[Data Boundary: Start]

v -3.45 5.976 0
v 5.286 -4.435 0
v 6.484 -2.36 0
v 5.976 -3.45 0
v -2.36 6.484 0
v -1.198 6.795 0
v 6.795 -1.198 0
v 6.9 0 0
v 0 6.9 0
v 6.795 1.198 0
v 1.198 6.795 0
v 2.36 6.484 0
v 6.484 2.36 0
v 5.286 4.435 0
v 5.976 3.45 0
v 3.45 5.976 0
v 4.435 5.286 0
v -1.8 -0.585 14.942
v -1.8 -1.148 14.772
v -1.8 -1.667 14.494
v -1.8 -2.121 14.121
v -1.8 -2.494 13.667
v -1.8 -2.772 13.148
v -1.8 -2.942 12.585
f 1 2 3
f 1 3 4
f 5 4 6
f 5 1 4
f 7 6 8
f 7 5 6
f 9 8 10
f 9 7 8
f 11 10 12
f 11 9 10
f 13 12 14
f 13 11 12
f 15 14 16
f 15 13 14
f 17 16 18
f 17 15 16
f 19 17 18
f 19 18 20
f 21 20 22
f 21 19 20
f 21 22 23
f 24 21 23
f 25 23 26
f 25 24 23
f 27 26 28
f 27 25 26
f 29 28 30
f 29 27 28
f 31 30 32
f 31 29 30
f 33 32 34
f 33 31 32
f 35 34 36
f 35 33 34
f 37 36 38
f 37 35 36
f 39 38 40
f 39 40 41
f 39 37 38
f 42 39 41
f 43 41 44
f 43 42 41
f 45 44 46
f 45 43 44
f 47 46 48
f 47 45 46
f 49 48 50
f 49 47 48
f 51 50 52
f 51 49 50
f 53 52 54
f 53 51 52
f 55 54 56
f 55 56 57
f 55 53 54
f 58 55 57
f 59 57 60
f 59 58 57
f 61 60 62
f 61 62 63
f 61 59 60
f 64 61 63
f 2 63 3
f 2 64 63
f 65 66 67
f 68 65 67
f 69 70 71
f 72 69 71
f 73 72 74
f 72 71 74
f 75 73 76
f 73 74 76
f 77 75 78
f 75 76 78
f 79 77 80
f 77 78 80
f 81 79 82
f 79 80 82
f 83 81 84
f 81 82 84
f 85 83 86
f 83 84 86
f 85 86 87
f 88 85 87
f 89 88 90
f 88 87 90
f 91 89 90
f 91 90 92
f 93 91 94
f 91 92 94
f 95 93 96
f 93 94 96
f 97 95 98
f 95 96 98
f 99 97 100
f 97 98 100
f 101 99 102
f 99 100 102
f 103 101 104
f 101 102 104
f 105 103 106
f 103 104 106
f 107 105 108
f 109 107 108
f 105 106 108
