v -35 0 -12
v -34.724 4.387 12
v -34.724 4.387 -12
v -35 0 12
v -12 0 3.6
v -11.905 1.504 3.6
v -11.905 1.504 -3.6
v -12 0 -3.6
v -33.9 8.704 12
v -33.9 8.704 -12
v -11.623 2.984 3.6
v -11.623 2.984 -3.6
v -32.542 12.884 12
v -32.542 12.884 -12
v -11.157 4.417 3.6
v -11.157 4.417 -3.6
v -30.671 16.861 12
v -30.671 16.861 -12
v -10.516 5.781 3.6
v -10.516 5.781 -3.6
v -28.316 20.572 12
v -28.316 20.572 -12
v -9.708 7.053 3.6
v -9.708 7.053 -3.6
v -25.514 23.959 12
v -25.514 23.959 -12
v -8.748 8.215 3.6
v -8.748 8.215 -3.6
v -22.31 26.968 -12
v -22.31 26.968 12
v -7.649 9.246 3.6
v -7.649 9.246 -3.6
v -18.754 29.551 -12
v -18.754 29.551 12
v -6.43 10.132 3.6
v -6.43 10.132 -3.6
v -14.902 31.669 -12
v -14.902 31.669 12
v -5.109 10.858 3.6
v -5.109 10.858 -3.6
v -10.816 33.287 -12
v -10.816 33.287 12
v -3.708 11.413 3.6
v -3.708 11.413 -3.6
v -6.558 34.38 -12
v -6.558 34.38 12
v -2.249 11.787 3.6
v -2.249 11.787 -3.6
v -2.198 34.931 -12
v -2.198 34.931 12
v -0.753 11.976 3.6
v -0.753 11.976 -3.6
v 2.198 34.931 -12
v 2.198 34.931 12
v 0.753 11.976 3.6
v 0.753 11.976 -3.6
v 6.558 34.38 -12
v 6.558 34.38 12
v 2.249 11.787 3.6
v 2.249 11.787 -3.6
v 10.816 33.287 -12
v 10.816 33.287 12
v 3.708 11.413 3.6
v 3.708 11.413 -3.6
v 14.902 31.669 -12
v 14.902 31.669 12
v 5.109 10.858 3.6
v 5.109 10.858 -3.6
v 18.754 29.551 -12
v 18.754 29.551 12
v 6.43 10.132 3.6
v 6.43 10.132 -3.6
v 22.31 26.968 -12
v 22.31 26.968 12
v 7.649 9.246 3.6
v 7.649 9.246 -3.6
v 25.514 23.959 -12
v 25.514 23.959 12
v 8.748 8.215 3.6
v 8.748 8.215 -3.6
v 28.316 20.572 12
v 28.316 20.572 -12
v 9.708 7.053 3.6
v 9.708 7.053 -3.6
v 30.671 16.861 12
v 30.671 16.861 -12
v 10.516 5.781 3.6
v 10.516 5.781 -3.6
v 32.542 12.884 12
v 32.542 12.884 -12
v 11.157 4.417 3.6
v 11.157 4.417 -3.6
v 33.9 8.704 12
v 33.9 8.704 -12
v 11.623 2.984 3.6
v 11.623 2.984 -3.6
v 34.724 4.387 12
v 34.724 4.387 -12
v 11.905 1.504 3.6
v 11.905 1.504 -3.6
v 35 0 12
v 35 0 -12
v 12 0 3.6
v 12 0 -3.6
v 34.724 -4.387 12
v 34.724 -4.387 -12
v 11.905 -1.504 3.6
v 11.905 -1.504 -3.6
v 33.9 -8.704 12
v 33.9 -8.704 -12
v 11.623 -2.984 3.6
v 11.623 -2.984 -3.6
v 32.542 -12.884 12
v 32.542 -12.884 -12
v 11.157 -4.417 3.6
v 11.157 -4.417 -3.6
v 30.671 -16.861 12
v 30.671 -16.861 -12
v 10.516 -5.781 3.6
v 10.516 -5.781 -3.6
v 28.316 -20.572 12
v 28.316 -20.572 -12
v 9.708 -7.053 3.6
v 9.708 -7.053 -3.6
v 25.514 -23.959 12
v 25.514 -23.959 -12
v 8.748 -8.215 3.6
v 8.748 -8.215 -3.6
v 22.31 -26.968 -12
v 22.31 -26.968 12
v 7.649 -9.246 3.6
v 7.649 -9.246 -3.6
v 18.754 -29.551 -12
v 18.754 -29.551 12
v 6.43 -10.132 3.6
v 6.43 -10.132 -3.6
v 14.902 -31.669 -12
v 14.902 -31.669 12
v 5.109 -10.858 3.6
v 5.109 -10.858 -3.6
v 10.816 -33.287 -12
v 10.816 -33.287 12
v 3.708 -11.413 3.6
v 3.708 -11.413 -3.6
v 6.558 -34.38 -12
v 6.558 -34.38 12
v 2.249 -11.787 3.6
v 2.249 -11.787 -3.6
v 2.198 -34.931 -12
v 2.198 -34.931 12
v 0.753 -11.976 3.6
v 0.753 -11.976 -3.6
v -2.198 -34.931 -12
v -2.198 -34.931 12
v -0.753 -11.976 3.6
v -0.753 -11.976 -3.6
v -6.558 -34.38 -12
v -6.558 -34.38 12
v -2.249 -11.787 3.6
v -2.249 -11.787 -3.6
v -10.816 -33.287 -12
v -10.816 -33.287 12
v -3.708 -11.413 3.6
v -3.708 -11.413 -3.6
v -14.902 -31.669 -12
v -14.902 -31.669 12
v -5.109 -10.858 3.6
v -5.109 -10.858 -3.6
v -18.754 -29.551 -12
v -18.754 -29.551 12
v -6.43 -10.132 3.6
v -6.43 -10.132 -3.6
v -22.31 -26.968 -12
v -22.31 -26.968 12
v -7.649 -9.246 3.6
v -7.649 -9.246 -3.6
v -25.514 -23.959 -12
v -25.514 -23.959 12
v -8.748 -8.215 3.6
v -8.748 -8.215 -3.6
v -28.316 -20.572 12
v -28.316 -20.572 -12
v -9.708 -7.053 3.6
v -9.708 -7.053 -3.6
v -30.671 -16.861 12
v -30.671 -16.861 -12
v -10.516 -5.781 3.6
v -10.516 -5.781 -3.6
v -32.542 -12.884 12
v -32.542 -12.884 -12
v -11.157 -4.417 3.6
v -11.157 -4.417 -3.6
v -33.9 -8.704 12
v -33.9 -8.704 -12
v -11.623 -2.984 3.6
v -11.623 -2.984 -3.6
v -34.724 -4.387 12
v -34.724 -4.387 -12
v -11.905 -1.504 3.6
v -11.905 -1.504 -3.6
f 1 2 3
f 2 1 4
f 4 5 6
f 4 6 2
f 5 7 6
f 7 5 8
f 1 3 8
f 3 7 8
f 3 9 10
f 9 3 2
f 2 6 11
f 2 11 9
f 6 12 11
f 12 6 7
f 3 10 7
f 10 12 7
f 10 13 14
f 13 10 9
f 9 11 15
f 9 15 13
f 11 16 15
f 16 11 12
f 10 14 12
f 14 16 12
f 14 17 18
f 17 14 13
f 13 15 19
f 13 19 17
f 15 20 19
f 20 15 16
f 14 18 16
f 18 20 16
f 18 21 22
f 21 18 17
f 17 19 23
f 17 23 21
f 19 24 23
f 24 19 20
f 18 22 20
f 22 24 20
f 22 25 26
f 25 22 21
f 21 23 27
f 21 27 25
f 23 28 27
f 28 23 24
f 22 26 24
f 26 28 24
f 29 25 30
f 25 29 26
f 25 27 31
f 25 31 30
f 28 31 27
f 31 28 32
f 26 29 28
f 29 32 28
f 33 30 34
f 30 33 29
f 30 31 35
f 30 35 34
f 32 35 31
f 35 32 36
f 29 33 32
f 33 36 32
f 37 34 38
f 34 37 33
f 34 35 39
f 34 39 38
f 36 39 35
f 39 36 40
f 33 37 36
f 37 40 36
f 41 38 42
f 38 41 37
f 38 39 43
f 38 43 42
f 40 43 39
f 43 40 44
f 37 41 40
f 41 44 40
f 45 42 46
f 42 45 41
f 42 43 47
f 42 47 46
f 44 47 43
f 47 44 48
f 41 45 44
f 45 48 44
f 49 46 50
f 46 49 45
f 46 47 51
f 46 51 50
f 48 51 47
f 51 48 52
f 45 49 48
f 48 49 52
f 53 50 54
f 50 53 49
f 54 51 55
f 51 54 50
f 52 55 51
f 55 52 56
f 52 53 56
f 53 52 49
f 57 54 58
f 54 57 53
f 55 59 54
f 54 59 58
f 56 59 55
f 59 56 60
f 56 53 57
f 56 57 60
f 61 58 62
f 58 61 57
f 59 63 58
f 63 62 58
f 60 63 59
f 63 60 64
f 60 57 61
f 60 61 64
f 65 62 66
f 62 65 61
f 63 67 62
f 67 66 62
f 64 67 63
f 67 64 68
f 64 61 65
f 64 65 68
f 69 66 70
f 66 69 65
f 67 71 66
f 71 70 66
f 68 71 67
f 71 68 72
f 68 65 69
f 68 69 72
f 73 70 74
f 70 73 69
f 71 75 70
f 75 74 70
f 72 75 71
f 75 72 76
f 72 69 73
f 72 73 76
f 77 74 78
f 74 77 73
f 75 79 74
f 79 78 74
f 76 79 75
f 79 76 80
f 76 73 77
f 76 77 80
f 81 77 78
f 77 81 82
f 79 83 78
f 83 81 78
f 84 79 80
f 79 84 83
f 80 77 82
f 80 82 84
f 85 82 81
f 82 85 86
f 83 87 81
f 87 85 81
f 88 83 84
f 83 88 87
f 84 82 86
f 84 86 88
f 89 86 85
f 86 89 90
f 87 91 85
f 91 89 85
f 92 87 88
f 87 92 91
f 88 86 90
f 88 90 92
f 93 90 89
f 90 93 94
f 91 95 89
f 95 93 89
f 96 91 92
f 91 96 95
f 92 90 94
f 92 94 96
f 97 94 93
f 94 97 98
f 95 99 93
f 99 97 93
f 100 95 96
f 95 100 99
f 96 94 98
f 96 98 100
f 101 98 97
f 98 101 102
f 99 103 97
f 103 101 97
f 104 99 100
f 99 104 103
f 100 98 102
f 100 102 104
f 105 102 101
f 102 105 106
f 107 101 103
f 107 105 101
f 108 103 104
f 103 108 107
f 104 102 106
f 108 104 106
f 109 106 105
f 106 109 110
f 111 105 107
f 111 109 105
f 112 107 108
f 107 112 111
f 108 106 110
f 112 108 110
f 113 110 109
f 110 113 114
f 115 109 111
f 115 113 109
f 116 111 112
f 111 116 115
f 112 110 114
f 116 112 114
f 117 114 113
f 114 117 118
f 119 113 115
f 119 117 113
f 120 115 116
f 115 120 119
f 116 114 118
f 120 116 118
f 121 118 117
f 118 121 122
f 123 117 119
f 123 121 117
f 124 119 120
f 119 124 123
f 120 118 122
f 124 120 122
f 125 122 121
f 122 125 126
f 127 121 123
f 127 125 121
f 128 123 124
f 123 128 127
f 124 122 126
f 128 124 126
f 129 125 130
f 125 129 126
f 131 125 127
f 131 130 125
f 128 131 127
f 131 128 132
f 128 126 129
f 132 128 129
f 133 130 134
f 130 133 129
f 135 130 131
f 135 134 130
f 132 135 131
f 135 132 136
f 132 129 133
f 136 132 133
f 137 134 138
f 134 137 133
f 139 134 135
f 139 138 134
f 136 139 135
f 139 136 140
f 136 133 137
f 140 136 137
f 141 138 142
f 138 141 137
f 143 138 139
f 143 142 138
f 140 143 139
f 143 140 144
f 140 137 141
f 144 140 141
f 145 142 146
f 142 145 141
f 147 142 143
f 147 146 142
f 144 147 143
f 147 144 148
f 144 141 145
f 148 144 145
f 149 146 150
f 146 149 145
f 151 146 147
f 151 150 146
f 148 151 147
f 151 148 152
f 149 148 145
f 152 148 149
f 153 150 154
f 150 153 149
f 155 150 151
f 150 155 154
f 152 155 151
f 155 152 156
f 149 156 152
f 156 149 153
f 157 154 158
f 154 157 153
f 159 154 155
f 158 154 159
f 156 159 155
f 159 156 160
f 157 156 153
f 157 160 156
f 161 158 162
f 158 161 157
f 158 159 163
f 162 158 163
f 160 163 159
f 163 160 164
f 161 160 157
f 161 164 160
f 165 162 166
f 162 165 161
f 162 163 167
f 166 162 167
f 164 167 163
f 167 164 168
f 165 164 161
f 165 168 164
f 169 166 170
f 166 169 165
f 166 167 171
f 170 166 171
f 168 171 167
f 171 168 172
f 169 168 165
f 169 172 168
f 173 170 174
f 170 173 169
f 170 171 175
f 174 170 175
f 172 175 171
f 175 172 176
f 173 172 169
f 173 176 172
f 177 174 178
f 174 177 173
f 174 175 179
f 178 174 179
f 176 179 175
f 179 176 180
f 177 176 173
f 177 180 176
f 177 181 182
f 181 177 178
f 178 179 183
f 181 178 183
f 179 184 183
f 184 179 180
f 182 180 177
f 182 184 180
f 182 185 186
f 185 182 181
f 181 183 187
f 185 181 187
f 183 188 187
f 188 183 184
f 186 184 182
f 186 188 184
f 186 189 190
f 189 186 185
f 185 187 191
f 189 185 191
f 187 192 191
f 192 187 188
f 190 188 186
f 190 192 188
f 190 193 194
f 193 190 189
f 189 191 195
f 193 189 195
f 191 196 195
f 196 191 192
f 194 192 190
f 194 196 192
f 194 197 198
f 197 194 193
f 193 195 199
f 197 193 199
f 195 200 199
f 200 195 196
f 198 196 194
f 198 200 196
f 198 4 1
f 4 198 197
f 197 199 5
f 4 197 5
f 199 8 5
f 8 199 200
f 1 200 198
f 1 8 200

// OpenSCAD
$fn = 50;

difference() {
	union() {
		rotate_extrude(angle = 360) {
			translate(v = [12, 0, 0]) {
				rotate(a = [0, 0, -90]) {
					polygon(points = [[3.6, 0], [12, 23], [-12, 23], [-3.6, 0]]);
				}
			}
		}
	}
	union();
}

[Data Boundary: End]

Your task: Output the material above exactly, but only from the line that carries "v -33.9 8.704 12" through the line that carries "v 10.816 33.287 -12".

Result of the task:
v -33.9 8.704 12
v -33.9 8.704 -12
v -11.623 2.984 3.6
v -11.623 2.984 -3.6
v -32.542 12.884 12
v -32.542 12.884 -12
v -11.157 4.417 3.6
v -11.157 4.417 -3.6
v -30.671 16.861 12
v -30.671 16.861 -12
v -10.516 5.781 3.6
v -10.516 5.781 -3.6
v -28.316 20.572 12
v -28.316 20.572 -12
v -9.708 7.053 3.6
v -9.708 7.053 -3.6
v -25.514 23.959 12
v -25.514 23.959 -12
v -8.748 8.215 3.6
v -8.748 8.215 -3.6
v -22.31 26.968 -12
v -22.31 26.968 12
v -7.649 9.246 3.6
v -7.649 9.246 -3.6
v -18.754 29.551 -12
v -18.754 29.551 12
v -6.43 10.132 3.6
v -6.43 10.132 -3.6
v -14.902 31.669 -12
v -14.902 31.669 12
v -5.109 10.858 3.6
v -5.109 10.858 -3.6
v -10.816 33.287 -12
v -10.816 33.287 12
v -3.708 11.413 3.6
v -3.708 11.413 -3.6
v -6.558 34.38 -12
v -6.558 34.38 12
v -2.249 11.787 3.6
v -2.249 11.787 -3.6
v -2.198 34.931 -12
v -2.198 34.931 12
v -0.753 11.976 3.6
v -0.753 11.976 -3.6
v 2.198 34.931 -12
v 2.198 34.931 12
v 0.753 11.976 3.6
v 0.753 11.976 -3.6
v 6.558 34.38 -12
v 6.558 34.38 12
v 2.249 11.787 3.6
v 2.249 11.787 -3.6
v 10.816 33.287 -12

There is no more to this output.